**Task requirements:** Please return the full listing below without altering anything.

(Extracted data Opens)

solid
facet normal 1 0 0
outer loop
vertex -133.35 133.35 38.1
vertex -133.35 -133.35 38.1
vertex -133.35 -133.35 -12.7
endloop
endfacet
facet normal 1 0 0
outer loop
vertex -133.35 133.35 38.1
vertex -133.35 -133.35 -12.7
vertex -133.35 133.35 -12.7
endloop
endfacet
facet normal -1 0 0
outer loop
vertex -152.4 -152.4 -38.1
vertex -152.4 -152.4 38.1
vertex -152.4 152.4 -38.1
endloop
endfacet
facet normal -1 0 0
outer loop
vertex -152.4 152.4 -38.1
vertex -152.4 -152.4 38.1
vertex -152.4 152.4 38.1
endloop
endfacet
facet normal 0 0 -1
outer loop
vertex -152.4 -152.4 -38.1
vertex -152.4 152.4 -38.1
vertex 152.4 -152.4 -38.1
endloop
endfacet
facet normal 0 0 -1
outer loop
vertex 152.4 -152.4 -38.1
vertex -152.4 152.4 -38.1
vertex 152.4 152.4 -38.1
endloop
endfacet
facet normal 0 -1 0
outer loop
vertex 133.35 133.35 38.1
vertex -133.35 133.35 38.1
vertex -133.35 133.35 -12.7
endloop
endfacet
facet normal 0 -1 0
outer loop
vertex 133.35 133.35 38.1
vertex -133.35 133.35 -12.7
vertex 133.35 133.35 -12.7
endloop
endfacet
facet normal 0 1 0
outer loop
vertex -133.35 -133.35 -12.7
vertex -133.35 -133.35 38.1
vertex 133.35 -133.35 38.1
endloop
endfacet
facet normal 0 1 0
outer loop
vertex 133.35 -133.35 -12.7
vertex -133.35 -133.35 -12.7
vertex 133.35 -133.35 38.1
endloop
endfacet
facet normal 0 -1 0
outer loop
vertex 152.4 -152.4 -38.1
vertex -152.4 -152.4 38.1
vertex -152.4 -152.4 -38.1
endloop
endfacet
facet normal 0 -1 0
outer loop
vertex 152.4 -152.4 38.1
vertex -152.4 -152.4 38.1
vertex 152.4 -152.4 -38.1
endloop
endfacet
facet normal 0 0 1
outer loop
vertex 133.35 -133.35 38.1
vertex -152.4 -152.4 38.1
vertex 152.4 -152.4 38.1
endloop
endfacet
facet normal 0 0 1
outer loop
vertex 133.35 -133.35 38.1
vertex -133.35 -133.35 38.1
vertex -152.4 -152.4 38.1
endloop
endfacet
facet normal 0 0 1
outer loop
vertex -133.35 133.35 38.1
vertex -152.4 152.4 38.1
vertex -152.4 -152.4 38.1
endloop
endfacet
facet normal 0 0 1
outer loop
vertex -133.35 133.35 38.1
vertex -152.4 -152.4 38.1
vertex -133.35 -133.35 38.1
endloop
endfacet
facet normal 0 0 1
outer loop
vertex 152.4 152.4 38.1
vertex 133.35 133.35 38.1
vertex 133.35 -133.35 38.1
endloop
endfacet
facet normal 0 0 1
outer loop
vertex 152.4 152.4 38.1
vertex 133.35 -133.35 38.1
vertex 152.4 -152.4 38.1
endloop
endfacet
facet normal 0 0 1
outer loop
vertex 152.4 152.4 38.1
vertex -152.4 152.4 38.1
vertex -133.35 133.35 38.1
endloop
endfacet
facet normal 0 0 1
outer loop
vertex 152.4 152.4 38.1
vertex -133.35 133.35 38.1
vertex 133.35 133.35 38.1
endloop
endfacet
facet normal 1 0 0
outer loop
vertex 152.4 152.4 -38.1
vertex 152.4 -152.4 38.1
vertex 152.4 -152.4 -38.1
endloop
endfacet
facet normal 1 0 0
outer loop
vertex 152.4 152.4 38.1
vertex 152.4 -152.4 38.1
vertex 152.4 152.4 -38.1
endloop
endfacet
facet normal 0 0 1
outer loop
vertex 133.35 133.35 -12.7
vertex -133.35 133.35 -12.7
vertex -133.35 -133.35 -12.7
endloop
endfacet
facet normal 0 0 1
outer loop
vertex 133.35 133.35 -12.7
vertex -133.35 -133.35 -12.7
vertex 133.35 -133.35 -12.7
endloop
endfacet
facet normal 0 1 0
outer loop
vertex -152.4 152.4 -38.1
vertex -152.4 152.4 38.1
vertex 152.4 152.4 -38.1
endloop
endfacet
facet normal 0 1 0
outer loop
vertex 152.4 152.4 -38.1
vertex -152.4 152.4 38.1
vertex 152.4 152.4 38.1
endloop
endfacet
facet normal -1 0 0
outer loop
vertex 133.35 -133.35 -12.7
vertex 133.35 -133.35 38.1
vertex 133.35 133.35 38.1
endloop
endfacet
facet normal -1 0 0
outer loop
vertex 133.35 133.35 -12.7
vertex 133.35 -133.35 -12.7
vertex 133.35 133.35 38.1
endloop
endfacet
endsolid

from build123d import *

# Parameters (mm, degrees)
F0_W     = 304.8
F0_H     = 304.8
F1_DEPTH = 38.1
F2_W     = 266.7
F2_H     = 266.7
F3_DEPTH = 50.8


with BuildPart() as f1:
    # F0 (on Top) → F1 (new body, symmetric)
    with BuildSketch(Plane.XY):
        Rectangle(F0_W, F0_H)
    extrude(amount=F1_DEPTH, both=True)

    # F2 (on face) → F3 (cut)
    with BuildSketch(Plane.XY.offset(38.1)):
        Rectangle(F2_W, F2_H)
    extrude(amount=-F3_DEPTH, mode=Mode.SUBTRACT)


solid = f1.part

(Extracted data Closes)

**Answer space:**
solid
facet normal 1 0 0
outer loop
vertex -133.35 133.35 38.1
vertex -133.35 -133.35 38.1
vertex -133.35 -133.35 -12.7
endloop
endfacet
facet normal 1 0 0
outer loop
vertex -133.35 133.35 38.1
vertex -133.35 -133.35 -12.7
vertex -133.35 133.35 -12.7
endloop
endfacet
facet normal -1 0 0
outer loop
vertex -152.4 -152.4 -38.1
vertex -152.4 -152.4 38.1
vertex -152.4 152.4 -38.1
endloop
endfacet
facet normal -1 0 0
outer loop
vertex -152.4 152.4 -38.1
vertex -152.4 -152.4 38.1
vertex -152.4 152.4 38.1
endloop
endfacet
facet normal 0 0 -1
outer loop
vertex -152.4 -152.4 -38.1
vertex -152.4 152.4 -38.1
vertex 152.4 -152.4 -38.1
endloop
endfacet
facet normal 0 0 -1
outer loop
vertex 152.4 -152.4 -38.1
vertex -152.4 152.4 -38.1
vertex 152.4 152.4 -38.1
endloop
endfacet
facet normal 0 -1 0
outer loop
vertex 133.35 133.35 38.1
vertex -133.35 133.35 38.1
vertex -133.35 133.35 -12.7
endloop
endfacet
facet normal 0 -1 0
outer loop
vertex 133.35 133.35 38.1
vertex -133.35 133.35 -12.7
vertex 133.35 133.35 -12.7
endloop
endfacet
facet normal 0 1 0
outer loop
vertex -133.35 -133.35 -12.7
vertex -133.35 -133.35 38.1
vertex 133.35 -133.35 38.1
endloop
endfacet
facet normal 0 1 0
outer loop
vertex 133.35 -133.35 -12.7
vertex -133.35 -133.35 -12.7
vertex 133.35 -133.35 38.1
endloop
endfacet
facet normal 0 -1 0
outer loop
vertex 152.4 -152.4 -38.1
vertex -152.4 -152.4 38.1
vertex -152.4 -152.4 -38.1
endloop
endfacet
facet normal 0 -1 0
outer loop
vertex 152.4 -152.4 38.1
vertex -152.4 -152.4 38.1
vertex 152.4 -152.4 -38.1
endloop
endfacet
facet normal 0 0 1
outer loop
vertex 133.35 -133.35 38.1
vertex -152.4 -152.4 38.1
vertex 152.4 -152.4 38.1
endloop
endfacet
facet normal 0 0 1
outer loop
vertex 133.35 -133.35 38.1
vertex -133.35 -133.35 38.1
vertex -152.4 -152.4 38.1
endloop
endfacet
facet normal 0 0 1
outer loop
vertex -133.35 133.35 38.1
vertex -152.4 152.4 38.1
vertex -152.4 -152.4 38.1
endloop
endfacet
facet normal 0 0 1
outer loop
vertex -133.35 133.35 38.1
vertex -152.4 -152.4 38.1
vertex -133.35 -133.35 38.1
endloop
endfacet
facet normal 0 0 1
outer loop
vertex 152.4 152.4 38.1
vertex 133.35 133.35 38.1
vertex 133.35 -133.35 38.1
endloop
endfacet
facet normal 0 0 1
outer loop
vertex 152.4 152.4 38.1
vertex 133.35 -133.35 38.1
vertex 152.4 -152.4 38.1
endloop
endfacet
facet normal 0 0 1
outer loop
vertex 152.4 152.4 38.1
vertex -152.4 152.4 38.1
vertex -133.35 133.35 38.1
endloop
endfacet
facet normal 0 0 1
outer loop
vertex 152.4 152.4 38.1
vertex -133.35 133.35 38.1
vertex 133.35 133.35 38.1
endloop
endfacet
facet normal 1 0 0
outer loop
vertex 152.4 152.4 -38.1
vertex 152.4 -152.4 38.1
vertex 152.4 -152.4 -38.1
endloop
endfacet
facet normal 1 0 0
outer loop
vertex 152.4 152.4 38.1
vertex 152.4 -152.4 38.1
vertex 152.4 152.4 -38.1
endloop
endfacet
facet normal 0 0 1
outer loop
vertex 133.35 133.35 -12.7
vertex -133.35 133.35 -12.7
vertex -133.35 -133.35 -12.7
endloop
endfacet
facet normal 0 0 1
outer loop
vertex 133.35 133.35 -12.7
vertex -133.35 -133.35 -12.7
vertex 133.35 -133.35 -12.7
endloop
endfacet
facet normal 0 1 0
outer loop
vertex -152.4 152.4 -38.1
vertex -152.4 152.4 38.1
vertex 152.4 152.4 -38.1
endloop
endfacet
facet normal 0 1 0
outer loop
vertex 152.4 152.4 -38.1
vertex -152.4 152.4 38.1
vertex 152.4 152.4 38.1
endloop
endfacet
facet normal -1 0 0
outer loop
vertex 133.35 -133.35 -12.7
vertex 133.35 -133.35 38.1
vertex 133.35 133.35 38.1
endloop
endfacet
facet normal -1 0 0
outer loop
vertex 133.35 133.35 -12.7
vertex 133.35 -133.35 -12.7
vertex 133.35 133.35 38.1
endloop
endfacet
endsolid

from build123d import *

# Parameters (mm, degrees)
F0_W     = 304.8
F0_H     = 304.8
F1_DEPTH = 38.1
F2_W     = 266.7
F2_H     = 266.7
F3_DEPTH = 50.8


with BuildPart() as f1:
    # F0 (on Top) → F1 (new body, symmetric)
    with BuildSketch(Plane.XY):
        Rectangle(F0_W, F0_H)
    extrude(amount=F1_DEPTH, both=True)

    # F2 (on face) → F3 (cut)
    with BuildSketch(Plane.XY.offset(38.1)):
        Rectangle(F2_W, F2_H)
    extrude(amount=-F3_DEPTH, mode=Mode.SUBTRACT)


solid = f1.part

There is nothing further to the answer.